EXERCISE: Starting at the line with "#16=DIRECTION('',(0.,1.,0.));" and going on through the line with "#75=ORIENTED_EDGE('',*,*,#74,.T.);", reproduce each line in the records below exactly and nothing more.
#### DATASET
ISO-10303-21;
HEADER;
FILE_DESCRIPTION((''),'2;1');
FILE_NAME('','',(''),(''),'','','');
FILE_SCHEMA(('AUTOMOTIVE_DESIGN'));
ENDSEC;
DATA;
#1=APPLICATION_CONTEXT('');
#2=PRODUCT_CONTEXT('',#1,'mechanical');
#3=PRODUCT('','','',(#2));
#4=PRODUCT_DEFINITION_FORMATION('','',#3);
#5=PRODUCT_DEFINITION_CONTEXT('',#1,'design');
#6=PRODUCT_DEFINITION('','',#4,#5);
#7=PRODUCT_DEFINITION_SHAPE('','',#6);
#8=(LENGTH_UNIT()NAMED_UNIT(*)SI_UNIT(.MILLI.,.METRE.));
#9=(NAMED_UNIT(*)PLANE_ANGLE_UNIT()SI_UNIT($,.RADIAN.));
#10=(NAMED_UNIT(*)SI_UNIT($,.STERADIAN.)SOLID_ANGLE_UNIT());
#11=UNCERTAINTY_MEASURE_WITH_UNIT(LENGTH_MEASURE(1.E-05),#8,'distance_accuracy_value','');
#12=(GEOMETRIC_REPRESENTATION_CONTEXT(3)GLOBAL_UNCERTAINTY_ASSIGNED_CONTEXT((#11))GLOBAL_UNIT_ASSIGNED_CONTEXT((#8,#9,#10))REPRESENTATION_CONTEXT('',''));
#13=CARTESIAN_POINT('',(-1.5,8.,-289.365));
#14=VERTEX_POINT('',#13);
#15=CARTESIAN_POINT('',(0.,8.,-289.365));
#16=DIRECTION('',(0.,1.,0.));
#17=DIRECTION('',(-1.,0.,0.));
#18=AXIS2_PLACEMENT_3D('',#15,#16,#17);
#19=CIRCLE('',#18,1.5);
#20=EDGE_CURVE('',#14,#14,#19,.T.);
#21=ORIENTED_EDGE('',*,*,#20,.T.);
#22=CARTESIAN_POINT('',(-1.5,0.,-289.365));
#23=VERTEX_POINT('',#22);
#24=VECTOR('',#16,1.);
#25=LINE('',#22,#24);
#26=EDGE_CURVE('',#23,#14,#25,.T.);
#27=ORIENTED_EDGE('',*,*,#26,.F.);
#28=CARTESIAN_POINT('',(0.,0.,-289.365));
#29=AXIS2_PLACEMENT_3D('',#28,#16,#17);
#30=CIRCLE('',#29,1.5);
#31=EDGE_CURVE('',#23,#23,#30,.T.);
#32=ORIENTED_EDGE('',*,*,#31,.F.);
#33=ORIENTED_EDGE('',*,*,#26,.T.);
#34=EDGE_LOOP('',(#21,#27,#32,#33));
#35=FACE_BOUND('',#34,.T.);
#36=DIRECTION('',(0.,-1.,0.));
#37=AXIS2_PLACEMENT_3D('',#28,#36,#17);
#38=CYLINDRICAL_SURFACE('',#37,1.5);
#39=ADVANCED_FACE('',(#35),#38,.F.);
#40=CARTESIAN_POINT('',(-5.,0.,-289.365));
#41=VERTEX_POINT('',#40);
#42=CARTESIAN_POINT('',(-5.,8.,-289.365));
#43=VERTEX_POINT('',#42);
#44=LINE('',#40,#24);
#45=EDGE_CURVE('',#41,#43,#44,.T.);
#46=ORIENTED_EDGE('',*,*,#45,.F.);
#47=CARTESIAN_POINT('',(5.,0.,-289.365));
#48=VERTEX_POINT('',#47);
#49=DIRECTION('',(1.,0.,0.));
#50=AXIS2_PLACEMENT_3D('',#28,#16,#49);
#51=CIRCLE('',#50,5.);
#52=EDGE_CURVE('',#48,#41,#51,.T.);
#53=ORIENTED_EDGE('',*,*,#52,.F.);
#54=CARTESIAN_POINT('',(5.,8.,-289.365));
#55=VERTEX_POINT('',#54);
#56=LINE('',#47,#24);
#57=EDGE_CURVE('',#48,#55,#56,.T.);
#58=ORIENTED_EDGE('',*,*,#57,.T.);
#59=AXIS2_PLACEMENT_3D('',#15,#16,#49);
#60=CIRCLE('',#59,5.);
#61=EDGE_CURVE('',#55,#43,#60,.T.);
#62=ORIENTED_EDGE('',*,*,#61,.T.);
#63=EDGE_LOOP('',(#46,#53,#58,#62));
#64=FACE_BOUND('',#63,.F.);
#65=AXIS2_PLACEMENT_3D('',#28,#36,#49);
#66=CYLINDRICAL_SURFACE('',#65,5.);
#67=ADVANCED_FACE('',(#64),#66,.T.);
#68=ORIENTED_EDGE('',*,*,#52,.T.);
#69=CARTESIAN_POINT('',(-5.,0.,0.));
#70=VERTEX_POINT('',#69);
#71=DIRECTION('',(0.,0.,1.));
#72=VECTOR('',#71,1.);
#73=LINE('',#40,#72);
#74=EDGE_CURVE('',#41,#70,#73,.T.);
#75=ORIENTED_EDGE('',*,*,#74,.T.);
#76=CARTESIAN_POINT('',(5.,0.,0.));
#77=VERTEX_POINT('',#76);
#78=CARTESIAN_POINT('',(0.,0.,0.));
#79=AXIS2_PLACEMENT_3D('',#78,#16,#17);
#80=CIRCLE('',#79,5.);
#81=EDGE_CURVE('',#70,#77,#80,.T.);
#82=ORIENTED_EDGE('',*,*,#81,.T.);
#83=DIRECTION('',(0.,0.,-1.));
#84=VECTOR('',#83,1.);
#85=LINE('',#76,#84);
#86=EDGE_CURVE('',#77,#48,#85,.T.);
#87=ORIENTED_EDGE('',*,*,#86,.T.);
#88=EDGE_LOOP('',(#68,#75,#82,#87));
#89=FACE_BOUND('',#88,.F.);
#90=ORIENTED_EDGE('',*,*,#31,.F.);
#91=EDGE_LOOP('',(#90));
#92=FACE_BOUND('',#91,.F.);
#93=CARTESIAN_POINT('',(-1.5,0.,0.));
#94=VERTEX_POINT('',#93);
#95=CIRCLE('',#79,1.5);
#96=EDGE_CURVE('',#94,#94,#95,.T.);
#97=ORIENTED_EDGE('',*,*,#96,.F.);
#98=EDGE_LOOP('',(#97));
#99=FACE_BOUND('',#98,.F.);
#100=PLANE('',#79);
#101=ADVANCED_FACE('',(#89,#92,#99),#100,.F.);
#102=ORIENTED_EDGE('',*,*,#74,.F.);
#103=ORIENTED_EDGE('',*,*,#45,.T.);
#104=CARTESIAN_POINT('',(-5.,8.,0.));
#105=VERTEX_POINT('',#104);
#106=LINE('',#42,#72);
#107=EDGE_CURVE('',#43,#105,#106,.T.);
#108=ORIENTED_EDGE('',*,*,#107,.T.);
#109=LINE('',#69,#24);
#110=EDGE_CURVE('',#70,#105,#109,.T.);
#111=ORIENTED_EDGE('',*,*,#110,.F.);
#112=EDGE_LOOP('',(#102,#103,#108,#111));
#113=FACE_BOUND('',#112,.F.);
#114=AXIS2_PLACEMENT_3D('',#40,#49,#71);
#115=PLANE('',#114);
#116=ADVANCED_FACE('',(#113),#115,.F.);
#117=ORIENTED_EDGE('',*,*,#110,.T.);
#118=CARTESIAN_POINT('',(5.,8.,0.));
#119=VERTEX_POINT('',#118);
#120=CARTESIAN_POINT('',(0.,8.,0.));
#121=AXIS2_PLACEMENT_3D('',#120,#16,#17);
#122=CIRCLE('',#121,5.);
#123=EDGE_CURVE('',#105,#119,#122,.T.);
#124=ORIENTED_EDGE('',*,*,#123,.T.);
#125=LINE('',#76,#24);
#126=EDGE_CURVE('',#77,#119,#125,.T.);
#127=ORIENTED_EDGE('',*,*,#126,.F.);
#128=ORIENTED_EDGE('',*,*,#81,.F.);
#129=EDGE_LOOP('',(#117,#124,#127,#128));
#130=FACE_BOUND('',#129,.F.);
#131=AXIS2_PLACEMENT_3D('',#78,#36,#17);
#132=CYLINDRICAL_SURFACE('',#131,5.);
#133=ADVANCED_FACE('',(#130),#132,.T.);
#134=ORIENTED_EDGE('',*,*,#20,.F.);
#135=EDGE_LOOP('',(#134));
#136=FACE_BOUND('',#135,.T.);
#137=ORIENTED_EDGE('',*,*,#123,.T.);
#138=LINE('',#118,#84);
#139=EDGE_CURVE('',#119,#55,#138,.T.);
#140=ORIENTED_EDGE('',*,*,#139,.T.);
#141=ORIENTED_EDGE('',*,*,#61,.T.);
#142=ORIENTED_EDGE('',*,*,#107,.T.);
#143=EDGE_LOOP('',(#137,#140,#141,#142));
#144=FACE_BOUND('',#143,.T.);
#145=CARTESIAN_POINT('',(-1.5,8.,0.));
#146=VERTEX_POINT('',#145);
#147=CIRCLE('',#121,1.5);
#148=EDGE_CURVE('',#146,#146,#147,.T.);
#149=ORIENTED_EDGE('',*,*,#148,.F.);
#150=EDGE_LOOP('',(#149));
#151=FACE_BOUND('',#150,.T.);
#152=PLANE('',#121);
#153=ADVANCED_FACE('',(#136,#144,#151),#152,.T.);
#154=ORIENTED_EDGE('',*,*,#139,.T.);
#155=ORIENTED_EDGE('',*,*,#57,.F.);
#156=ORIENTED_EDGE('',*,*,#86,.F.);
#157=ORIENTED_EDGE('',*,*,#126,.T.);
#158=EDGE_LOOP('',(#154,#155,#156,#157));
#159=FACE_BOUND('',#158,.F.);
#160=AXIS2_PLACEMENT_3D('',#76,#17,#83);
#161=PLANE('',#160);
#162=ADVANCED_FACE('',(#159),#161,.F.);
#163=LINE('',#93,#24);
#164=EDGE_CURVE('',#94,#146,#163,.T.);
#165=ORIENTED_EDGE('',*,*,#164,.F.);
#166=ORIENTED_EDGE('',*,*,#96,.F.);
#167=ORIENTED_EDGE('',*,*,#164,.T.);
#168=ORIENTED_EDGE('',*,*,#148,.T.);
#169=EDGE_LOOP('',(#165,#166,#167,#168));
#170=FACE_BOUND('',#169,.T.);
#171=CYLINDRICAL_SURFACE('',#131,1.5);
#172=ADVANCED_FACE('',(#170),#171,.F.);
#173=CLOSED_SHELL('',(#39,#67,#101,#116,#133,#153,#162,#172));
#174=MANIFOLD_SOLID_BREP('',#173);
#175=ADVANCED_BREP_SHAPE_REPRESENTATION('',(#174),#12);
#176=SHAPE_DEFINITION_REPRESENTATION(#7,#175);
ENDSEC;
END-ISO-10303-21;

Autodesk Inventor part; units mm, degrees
ref_plane "YZ Plane" through (0, 0, 0) normal (1, 0, 0) x (0, 1, 0)
ref_plane "XZ Plane" through (0, 0, 0) normal (0, 1, 0) x (-1, 0, 0)
ref_plane "XY Plane" through (0, 0, 0) normal (0, 0, 1) x (1, 0, 0)
sketch "Sketch1" plane through (0, 0, 0) normal (0, 1, 0) x (-1, 0, 0)
  line L0 (0, 0) -> (0, -289.365) construction
  line L1 (-5, 0) -> (-5, -289.365)
  line L2 (5, -289.365) -> (5, 0)
  arc A0 (5, 0) -> (-5, 0) centre (0, 0) ccw
  arc A1 (-5, -289.365) -> (5, -289.365) centre (0, -289.365) ccw
  circle A2 centre (0, 0) radius 1.5
  circle A3 centre (0, -289.365) radius 1.5
  point P0 (0, -144.6825)
  dimension "d0" = 289.365
  dimension "d1" = 10
  dimension "d2" = 3
  dimension "d3" = 3
extrude "Extrusion1" add sketch "Sketch1" along normal blind 8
########
WRITTEN SOLUTION:
#16=DIRECTION('',(0.,1.,0.));
#17=DIRECTION('',(-1.,0.,0.));
#18=AXIS2_PLACEMENT_3D('',#15,#16,#17);
#19=CIRCLE('',#18,1.5);
#20=EDGE_CURVE('',#14,#14,#19,.T.);
#21=ORIENTED_EDGE('',*,*,#20,.T.);
#22=CARTESIAN_POINT('',(-1.5,0.,-289.365));
#23=VERTEX_POINT('',#22);
#24=VECTOR('',#16,1.);
#25=LINE('',#22,#24);
#26=EDGE_CURVE('',#23,#14,#25,.T.);
#27=ORIENTED_EDGE('',*,*,#26,.F.);
#28=CARTESIAN_POINT('',(0.,0.,-289.365));
#29=AXIS2_PLACEMENT_3D('',#28,#16,#17);
#30=CIRCLE('',#29,1.5);
#31=EDGE_CURVE('',#23,#23,#30,.T.);
#32=ORIENTED_EDGE('',*,*,#31,.F.);
#33=ORIENTED_EDGE('',*,*,#26,.T.);
#34=EDGE_LOOP('',(#21,#27,#32,#33));
#35=FACE_BOUND('',#34,.T.);
#36=DIRECTION('',(0.,-1.,0.));
#37=AXIS2_PLACEMENT_3D('',#28,#36,#17);
#38=CYLINDRICAL_SURFACE('',#37,1.5);
#39=ADVANCED_FACE('',(#35),#38,.F.);
#40=CARTESIAN_POINT('',(-5.,0.,-289.365));
#41=VERTEX_POINT('',#40);
#42=CARTESIAN_POINT('',(-5.,8.,-289.365));
#43=VERTEX_POINT('',#42);
#44=LINE('',#40,#24);
#45=EDGE_CURVE('',#41,#43,#44,.T.);
#46=ORIENTED_EDGE('',*,*,#45,.F.);
#47=CARTESIAN_POINT('',(5.,0.,-289.365));
#48=VERTEX_POINT('',#47);
#49=DIRECTION('',(1.,0.,0.));
#50=AXIS2_PLACEMENT_3D('',#28,#16,#49);
#51=CIRCLE('',#50,5.);
#52=EDGE_CURVE('',#48,#41,#51,.T.);
#53=ORIENTED_EDGE('',*,*,#52,.F.);
#54=CARTESIAN_POINT('',(5.,8.,-289.365));
#55=VERTEX_POINT('',#54);
#56=LINE('',#47,#24);
#57=EDGE_CURVE('',#48,#55,#56,.T.);
#58=ORIENTED_EDGE('',*,*,#57,.T.);
#59=AXIS2_PLACEMENT_3D('',#15,#16,#49);
#60=CIRCLE('',#59,5.);
#61=EDGE_CURVE('',#55,#43,#60,.T.);
#62=ORIENTED_EDGE('',*,*,#61,.T.);
#63=EDGE_LOOP('',(#46,#53,#58,#62));
#64=FACE_BOUND('',#63,.F.);
#65=AXIS2_PLACEMENT_3D('',#28,#36,#49);
#66=CYLINDRICAL_SURFACE('',#65,5.);
#67=ADVANCED_FACE('',(#64),#66,.T.);
#68=ORIENTED_EDGE('',*,*,#52,.T.);
#69=CARTESIAN_POINT('',(-5.,0.,0.));
#70=VERTEX_POINT('',#69);
#71=DIRECTION('',(0.,0.,1.));
#72=VECTOR('',#71,1.);
#73=LINE('',#40,#72);
#74=EDGE_CURVE('',#41,#70,#73,.T.);
#75=ORIENTED_EDGE('',*,*,#74,.T.);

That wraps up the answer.